La politique du renard libre dans un poulailler
libre :
L'Union Européenne s'en remet aux banquiers pour régler la crise
Il pourrait sembler évident que les décideurs européens ne demandent pas aux responsables de la crise actuelle les solutions pour en sortir : c'est pourtant ce qu'il font.
Un groupe de "sages" a été nommé par la Commission pour lui donner son avis sur les solutions à mettre en œuvre face à la crise, ce qu'il a fait le 25 février dernier.

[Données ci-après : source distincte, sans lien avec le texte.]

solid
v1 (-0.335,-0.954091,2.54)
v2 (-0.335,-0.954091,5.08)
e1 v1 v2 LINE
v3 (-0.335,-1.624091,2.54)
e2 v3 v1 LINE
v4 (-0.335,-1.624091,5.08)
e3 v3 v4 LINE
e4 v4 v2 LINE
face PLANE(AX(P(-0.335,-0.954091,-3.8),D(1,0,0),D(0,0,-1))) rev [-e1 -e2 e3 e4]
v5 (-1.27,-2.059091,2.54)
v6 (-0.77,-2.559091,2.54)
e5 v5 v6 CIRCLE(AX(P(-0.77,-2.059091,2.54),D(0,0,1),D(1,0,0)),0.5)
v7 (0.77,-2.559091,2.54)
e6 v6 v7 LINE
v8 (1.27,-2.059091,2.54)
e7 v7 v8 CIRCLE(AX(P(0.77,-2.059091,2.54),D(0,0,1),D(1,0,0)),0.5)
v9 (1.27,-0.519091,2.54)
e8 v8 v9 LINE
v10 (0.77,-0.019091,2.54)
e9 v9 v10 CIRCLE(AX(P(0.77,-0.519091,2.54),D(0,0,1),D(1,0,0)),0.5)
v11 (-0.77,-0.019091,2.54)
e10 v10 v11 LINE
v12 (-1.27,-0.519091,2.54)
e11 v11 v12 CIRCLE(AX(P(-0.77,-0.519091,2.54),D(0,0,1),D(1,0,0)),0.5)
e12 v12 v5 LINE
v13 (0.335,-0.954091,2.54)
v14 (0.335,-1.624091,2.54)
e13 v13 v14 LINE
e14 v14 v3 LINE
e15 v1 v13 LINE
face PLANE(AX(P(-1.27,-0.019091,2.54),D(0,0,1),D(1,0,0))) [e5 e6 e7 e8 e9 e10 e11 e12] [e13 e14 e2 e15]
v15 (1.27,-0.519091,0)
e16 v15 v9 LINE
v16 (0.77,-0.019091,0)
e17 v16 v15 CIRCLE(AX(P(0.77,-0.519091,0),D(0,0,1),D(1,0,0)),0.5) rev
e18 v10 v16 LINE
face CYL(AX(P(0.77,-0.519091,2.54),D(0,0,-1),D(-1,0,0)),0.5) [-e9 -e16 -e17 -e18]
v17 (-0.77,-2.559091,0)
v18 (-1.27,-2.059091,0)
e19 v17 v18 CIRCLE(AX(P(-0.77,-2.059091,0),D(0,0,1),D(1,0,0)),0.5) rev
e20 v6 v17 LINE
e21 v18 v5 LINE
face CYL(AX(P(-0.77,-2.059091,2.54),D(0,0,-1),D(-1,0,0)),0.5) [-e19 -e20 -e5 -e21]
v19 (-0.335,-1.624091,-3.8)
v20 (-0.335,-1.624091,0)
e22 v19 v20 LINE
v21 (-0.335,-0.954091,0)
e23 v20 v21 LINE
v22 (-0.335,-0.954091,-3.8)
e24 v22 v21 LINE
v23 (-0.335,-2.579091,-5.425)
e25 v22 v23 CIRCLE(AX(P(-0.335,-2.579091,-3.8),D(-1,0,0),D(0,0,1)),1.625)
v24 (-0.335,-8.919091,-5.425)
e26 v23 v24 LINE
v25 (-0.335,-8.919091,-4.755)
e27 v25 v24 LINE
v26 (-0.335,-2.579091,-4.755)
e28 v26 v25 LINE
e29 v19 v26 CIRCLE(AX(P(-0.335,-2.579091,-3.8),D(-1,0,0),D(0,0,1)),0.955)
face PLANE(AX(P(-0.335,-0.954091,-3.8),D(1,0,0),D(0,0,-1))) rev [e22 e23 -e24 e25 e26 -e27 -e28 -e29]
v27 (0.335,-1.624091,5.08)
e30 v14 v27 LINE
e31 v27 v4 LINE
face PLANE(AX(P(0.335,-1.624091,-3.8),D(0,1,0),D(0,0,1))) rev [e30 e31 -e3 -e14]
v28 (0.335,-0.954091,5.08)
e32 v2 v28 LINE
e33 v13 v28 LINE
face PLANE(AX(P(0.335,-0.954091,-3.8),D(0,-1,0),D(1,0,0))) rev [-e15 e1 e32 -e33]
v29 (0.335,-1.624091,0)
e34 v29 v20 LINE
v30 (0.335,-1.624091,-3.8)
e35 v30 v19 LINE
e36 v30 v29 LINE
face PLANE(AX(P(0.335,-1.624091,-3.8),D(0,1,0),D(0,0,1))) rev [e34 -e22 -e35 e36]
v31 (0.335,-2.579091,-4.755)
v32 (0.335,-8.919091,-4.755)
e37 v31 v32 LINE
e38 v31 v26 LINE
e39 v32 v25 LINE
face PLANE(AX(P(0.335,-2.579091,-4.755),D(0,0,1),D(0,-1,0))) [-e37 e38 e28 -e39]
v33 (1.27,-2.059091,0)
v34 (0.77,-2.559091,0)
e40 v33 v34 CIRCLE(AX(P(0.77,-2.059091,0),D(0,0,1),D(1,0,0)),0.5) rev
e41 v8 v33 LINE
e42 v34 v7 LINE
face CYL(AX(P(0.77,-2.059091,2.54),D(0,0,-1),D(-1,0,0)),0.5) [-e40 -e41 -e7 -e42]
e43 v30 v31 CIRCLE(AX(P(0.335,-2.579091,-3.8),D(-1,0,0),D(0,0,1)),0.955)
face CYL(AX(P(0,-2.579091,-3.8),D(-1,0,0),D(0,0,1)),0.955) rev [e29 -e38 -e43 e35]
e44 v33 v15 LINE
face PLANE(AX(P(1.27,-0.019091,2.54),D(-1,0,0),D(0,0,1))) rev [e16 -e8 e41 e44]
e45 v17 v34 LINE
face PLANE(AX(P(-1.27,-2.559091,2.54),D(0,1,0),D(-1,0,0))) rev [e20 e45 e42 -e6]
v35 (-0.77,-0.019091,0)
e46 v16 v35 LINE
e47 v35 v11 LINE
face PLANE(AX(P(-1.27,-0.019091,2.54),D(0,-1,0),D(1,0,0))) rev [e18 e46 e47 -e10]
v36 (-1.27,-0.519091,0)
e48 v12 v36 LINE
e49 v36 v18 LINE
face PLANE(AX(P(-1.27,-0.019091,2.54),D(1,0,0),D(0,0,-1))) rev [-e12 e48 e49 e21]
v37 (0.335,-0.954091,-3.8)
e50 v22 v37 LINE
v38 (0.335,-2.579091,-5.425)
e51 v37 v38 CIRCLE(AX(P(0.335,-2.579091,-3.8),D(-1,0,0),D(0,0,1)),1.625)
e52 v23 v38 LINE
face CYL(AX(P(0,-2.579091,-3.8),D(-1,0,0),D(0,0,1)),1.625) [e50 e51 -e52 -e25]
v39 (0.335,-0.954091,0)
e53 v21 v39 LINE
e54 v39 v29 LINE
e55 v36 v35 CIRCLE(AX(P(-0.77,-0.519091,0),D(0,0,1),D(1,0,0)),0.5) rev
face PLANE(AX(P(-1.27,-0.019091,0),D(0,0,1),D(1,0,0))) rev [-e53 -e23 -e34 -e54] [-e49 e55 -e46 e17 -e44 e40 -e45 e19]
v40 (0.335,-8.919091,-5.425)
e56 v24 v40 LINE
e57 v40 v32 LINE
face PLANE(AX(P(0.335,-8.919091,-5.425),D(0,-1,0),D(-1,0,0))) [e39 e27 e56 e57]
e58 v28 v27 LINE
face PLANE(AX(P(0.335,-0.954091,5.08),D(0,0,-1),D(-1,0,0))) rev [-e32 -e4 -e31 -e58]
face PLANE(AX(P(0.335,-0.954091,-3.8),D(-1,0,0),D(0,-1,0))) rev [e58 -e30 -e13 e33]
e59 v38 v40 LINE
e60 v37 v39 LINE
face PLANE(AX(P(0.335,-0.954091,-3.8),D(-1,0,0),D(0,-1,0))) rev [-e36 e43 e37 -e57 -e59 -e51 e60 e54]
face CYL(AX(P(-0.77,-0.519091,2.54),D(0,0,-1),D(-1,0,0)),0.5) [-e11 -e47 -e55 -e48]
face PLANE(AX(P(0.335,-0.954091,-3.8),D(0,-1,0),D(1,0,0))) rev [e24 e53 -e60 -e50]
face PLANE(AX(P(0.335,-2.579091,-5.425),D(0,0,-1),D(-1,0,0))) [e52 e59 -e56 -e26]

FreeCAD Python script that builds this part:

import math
import FreeCAD as App
import Part
import Sketcher
Q = App.Units.Quantity


def edges_at(feature, points):
    """Names of the edges that pass closest to the given points."""
    edges = feature.Shape.Edges
    near = lambda p: min(range(len(edges)), key=lambda i: edges[i].distToShape(Part.Vertex(*p))[0])
    return sorted({f"Edge{near(p) + 1}" for p in points})

doc = App.newDocument("Part")
params = doc.addObject("Spreadsheet::Sheet", "Params")
for row, (alias, value) in enumerate([
    ("sketch1_width", "2.54 mm"),
    ("pad1_length", "2.54 mm"),
    ("sketch2_width", "0.67 mm"),
    ("sketch3_radius", "1.28 mm"),
    ("sketch3_width", "6.34 mm"),
    ("sketch3_height", "8.88 mm"),
    ("fillet_radius", "0.5 mm"),
], start=1):
    params.set(f"A{row}", alias)
    params.set(f"B{row}", "=" + value)
    params.setAlias(f"B{row}", alias)

body = doc.addObject("PartDesign::Body", "Body")

# Sketch on XY plane
sketch1 = body.newObject("Sketcher::SketchObject", "Sketch")
sketch1.AttachmentSupport = (doc.getObject("XY_Plane"), [""])
sketch1.MapMode = "FlatFace"
sketch1.addGeometry([
    Part.LineSegment(App.Vector(-1.3, 0, 0), App.Vector(-1.3, -2.6, 0)),
    Part.LineSegment(App.Vector(-1.3, -2.6, 0), App.Vector(1.3, -2.6, 0)),
    Part.LineSegment(App.Vector(1.3, -2.6, 0), App.Vector(1.3, 0, 0)),
    Part.LineSegment(App.Vector(1.3, 0, 0), App.Vector(-1.3, 0, 0)),
], False)
sketch1.addConstraint([
    Sketcher.Constraint("Coincident", 0, 2, 1, 1),
    Sketcher.Constraint("Coincident", 1, 2, 2, 1),
    Sketcher.Constraint("Coincident", 2, 2, 3, 1),
    Sketcher.Constraint("Coincident", 3, 2, 0, 1),
    Sketcher.Constraint("Vertical", 0),
    Sketcher.Constraint("Horizontal", 1),
    Sketcher.Constraint("Vertical", 2),
    Sketcher.Constraint("Horizontal", 3),
    Sketcher.Constraint("Equal", 3, 0),
    Sketcher.Constraint("DistanceX", 1, 1, 1, 2, Q("2.54 mm")),
    Sketcher.Constraint("DistanceX", 0, 2, -1, 1, Q("1.27 mm")),
    Sketcher.Constraint("DistanceY", 0, 2, -1, 1, Q("2.559091 mm")),
])
sketch1.setExpression("Constraints[9]", "Params.sketch1_width")
pad1 = body.newObject("PartDesign::Pad", "Pad")
pad1.Profile = sketch1
pad1.setExpression("Length", "Params.pad1_length")

# Sketch on XY plane
sketch2 = body.newObject("Sketcher::SketchObject", "Sketch001")
sketch2.AttachmentSupport = (doc.getObject("XY_Plane"), [""])
sketch2.MapMode = "FlatFace"
sketch2.AttachmentOffset = App.Placement(App.Vector(0, 0, 5.08), App.Rotation())
sketch2.addGeometry([
    Part.LineSegment(App.Vector(0.3, -1, 0), App.Vector(0.3, -1.6, 0)),
    Part.LineSegment(App.Vector(0.3, -1.6, 0), App.Vector(-0.3, -1.6, 0)),
    Part.LineSegment(App.Vector(-0.3, -1.6, 0), App.Vector(-0.3, -1, 0)),
    Part.LineSegment(App.Vector(-0.3, -1, 0), App.Vector(0.3, -1, 0)),
], False)
sketch2.addConstraint([
    Sketcher.Constraint("Coincident", 0, 2, 1, 1),
    Sketcher.Constraint("Coincident", 1, 2, 2, 1),
    Sketcher.Constraint("Coincident", 2, 2, 3, 1),
    Sketcher.Constraint("Coincident", 3, 2, 0, 1),
    Sketcher.Constraint("Vertical", 0),
    Sketcher.Constraint("Horizontal", 1),
    Sketcher.Constraint("Vertical", 2),
    Sketcher.Constraint("Horizontal", 3),
    Sketcher.Constraint("Equal", 3, 0),
    Sketcher.Constraint("DistanceX", 1, 2, 1, 1, Q("0.67 mm")),
    Sketcher.Constraint("DistanceX", -1, 1, 0, 2, Q("0.335 mm")),
    Sketcher.Constraint("DistanceY", 0, 2, -1, 1, Q("1.624091 mm")),
])
sketch2.setExpression("Constraints[9]", "Params.sketch2_width")

# Sketch on YZ plane
sketch3 = body.newObject("Sketcher::SketchObject", "Sketch002")
sketch3.AttachmentSupport = (doc.getObject("YZ_Plane"), [""])
sketch3.MapMode = "FlatFace"
sketch3.addGeometry([
    Part.LineSegment(App.Vector(-1.3, 5.1, 0), App.Vector(-1.3, -3.8, 0)),
    Part.ArcOfCircle(Part.Circle(App.Vector(-2.6, -3.8, 0), App.Vector(0, 0, 1), 1.3), math.radians(-90), math.radians(0)),
    Part.LineSegment(App.Vector(-2.6, -5.1, 0), App.Vector(-8.9, -5.1, 0)),
], False)
sketch3.addConstraint([
    Sketcher.Constraint("Tangent", 0, 2, 1, 2),
    Sketcher.Constraint("Tangent", 1, 1, 2, 1),
    Sketcher.Constraint("Vertical", 0),
    Sketcher.Constraint("Horizontal", 2),
    Sketcher.Constraint("Radius", 1, Q("1.28 mm")),
    Sketcher.Constraint("DistanceX", 2, 2, 2, 1, Q("6.34 mm")),
    Sketcher.Constraint("DistanceY", 0, 2, 0, 1, Q("8.88 mm")),
    Sketcher.Constraint("DistanceY", 1, 3, -1, 1, Q("3.8 mm")),
    Sketcher.Constraint("DistanceX", 1, 3, -1, 1, Q("2.579091 mm")),
])
sketch3.setExpression("Constraints[4]", "Params.sketch3_radius")
sketch3.setExpression("Constraints[5]", "Params.sketch3_width")
sketch3.setExpression("Constraints[6]", "Params.sketch3_height")
doc.recompute()

additivepipe = body.newObject("PartDesign::AdditivePipe", "AdditivePipe")
additivepipe.Profile = sketch2
additivepipe.Spine = (sketch3, ["Edge1", "Edge2", "Edge3"])
doc.recompute()

fillet = body.newObject("PartDesign::Fillet", "Fillet")
fillet.Base = (additivepipe, edges_at(additivepipe, [
    (-1.27, -0.019, 1.27),
    (1.27, -0.019, 1.27),
    (1.27, -2.559, 1.27),
    (-1.27, -2.559, 1.27),
]))
fillet.setExpression("Radius", "Params.fillet_radius")

doc.recompute()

On trouve dans ce rapport
le florilège des mesures néolibérales qui démontrent chaque jour leur incurie. Il s'agit d'une réforme graduelle de la supervision financière au sein de l'Union européenne : entre autres, la
mise en place d'un conseil européen du risque systémique dirigé par la Banque centrale européenne (on ne change pas une équipe qui perd), avec la mise en place d'un système "effectif" du
risque ; créer un système européen de superviseurs financiers, ainsi que quelques mesures de réformes des institutions. Ces mesures ne sont pas seulement insuffisantes, elles démontrent
qu'aucune leçon n'a été tirée par le milieu bancaire de la crise. Comment s'en étonner ?
Présidé par Jacques de Larosière, ancien gouverneur de la Banque de France et ancien directeur général du Fonds monétaire international, ce comité de "sages" comprend, sur huit membres, quatre
qui sont directement impliqués dans la crise financière par leurs fonctions dans les groupes bancaires : Rainer Masera (Lehman Brothers), Otmar Issing (Goldman Sachs), Jacques de Larosière
(BNP Paribas) et Onno Ruding (CitiGroup). Le cinquième, Callum McCarthy, a présidé l'Autorité des services financiers britannique, dont le laxisme dans le contrôle des milieux financiers est
notoire. Le sixième, Leszek Balcerowicz est surtout connu pour s'opposer à toute régulation.
Demander leur avis à certains de ceux qui sont responsables de la crise est symptomatique de cette volonté politique de ne pas y porter remède réellement : non seulement, cet épisode montre
que l'Union européenne fonctionne d'une manière opaque et antidémocratique, mais encore que le système ne compte pas se réformer seul et ne le fera pas spontanément. À l'heure de l'aggravation
constante de la crise, de la succession de "plans de sauvetage" toujours plus colossaux les uns que les autres et visiblement toujours aussi inefficaces, Attac rappelle que la crise que nous
traversons est systémique, qu'elle est en même temps sociale, environnementale, alimentaire et pas seulement financière, et que seules des mesures radicales pourront permettre d'en sortir.
Attac France produira, avant le prochain G20, deux rapports sur les paradis fiscaux et les taxes globales.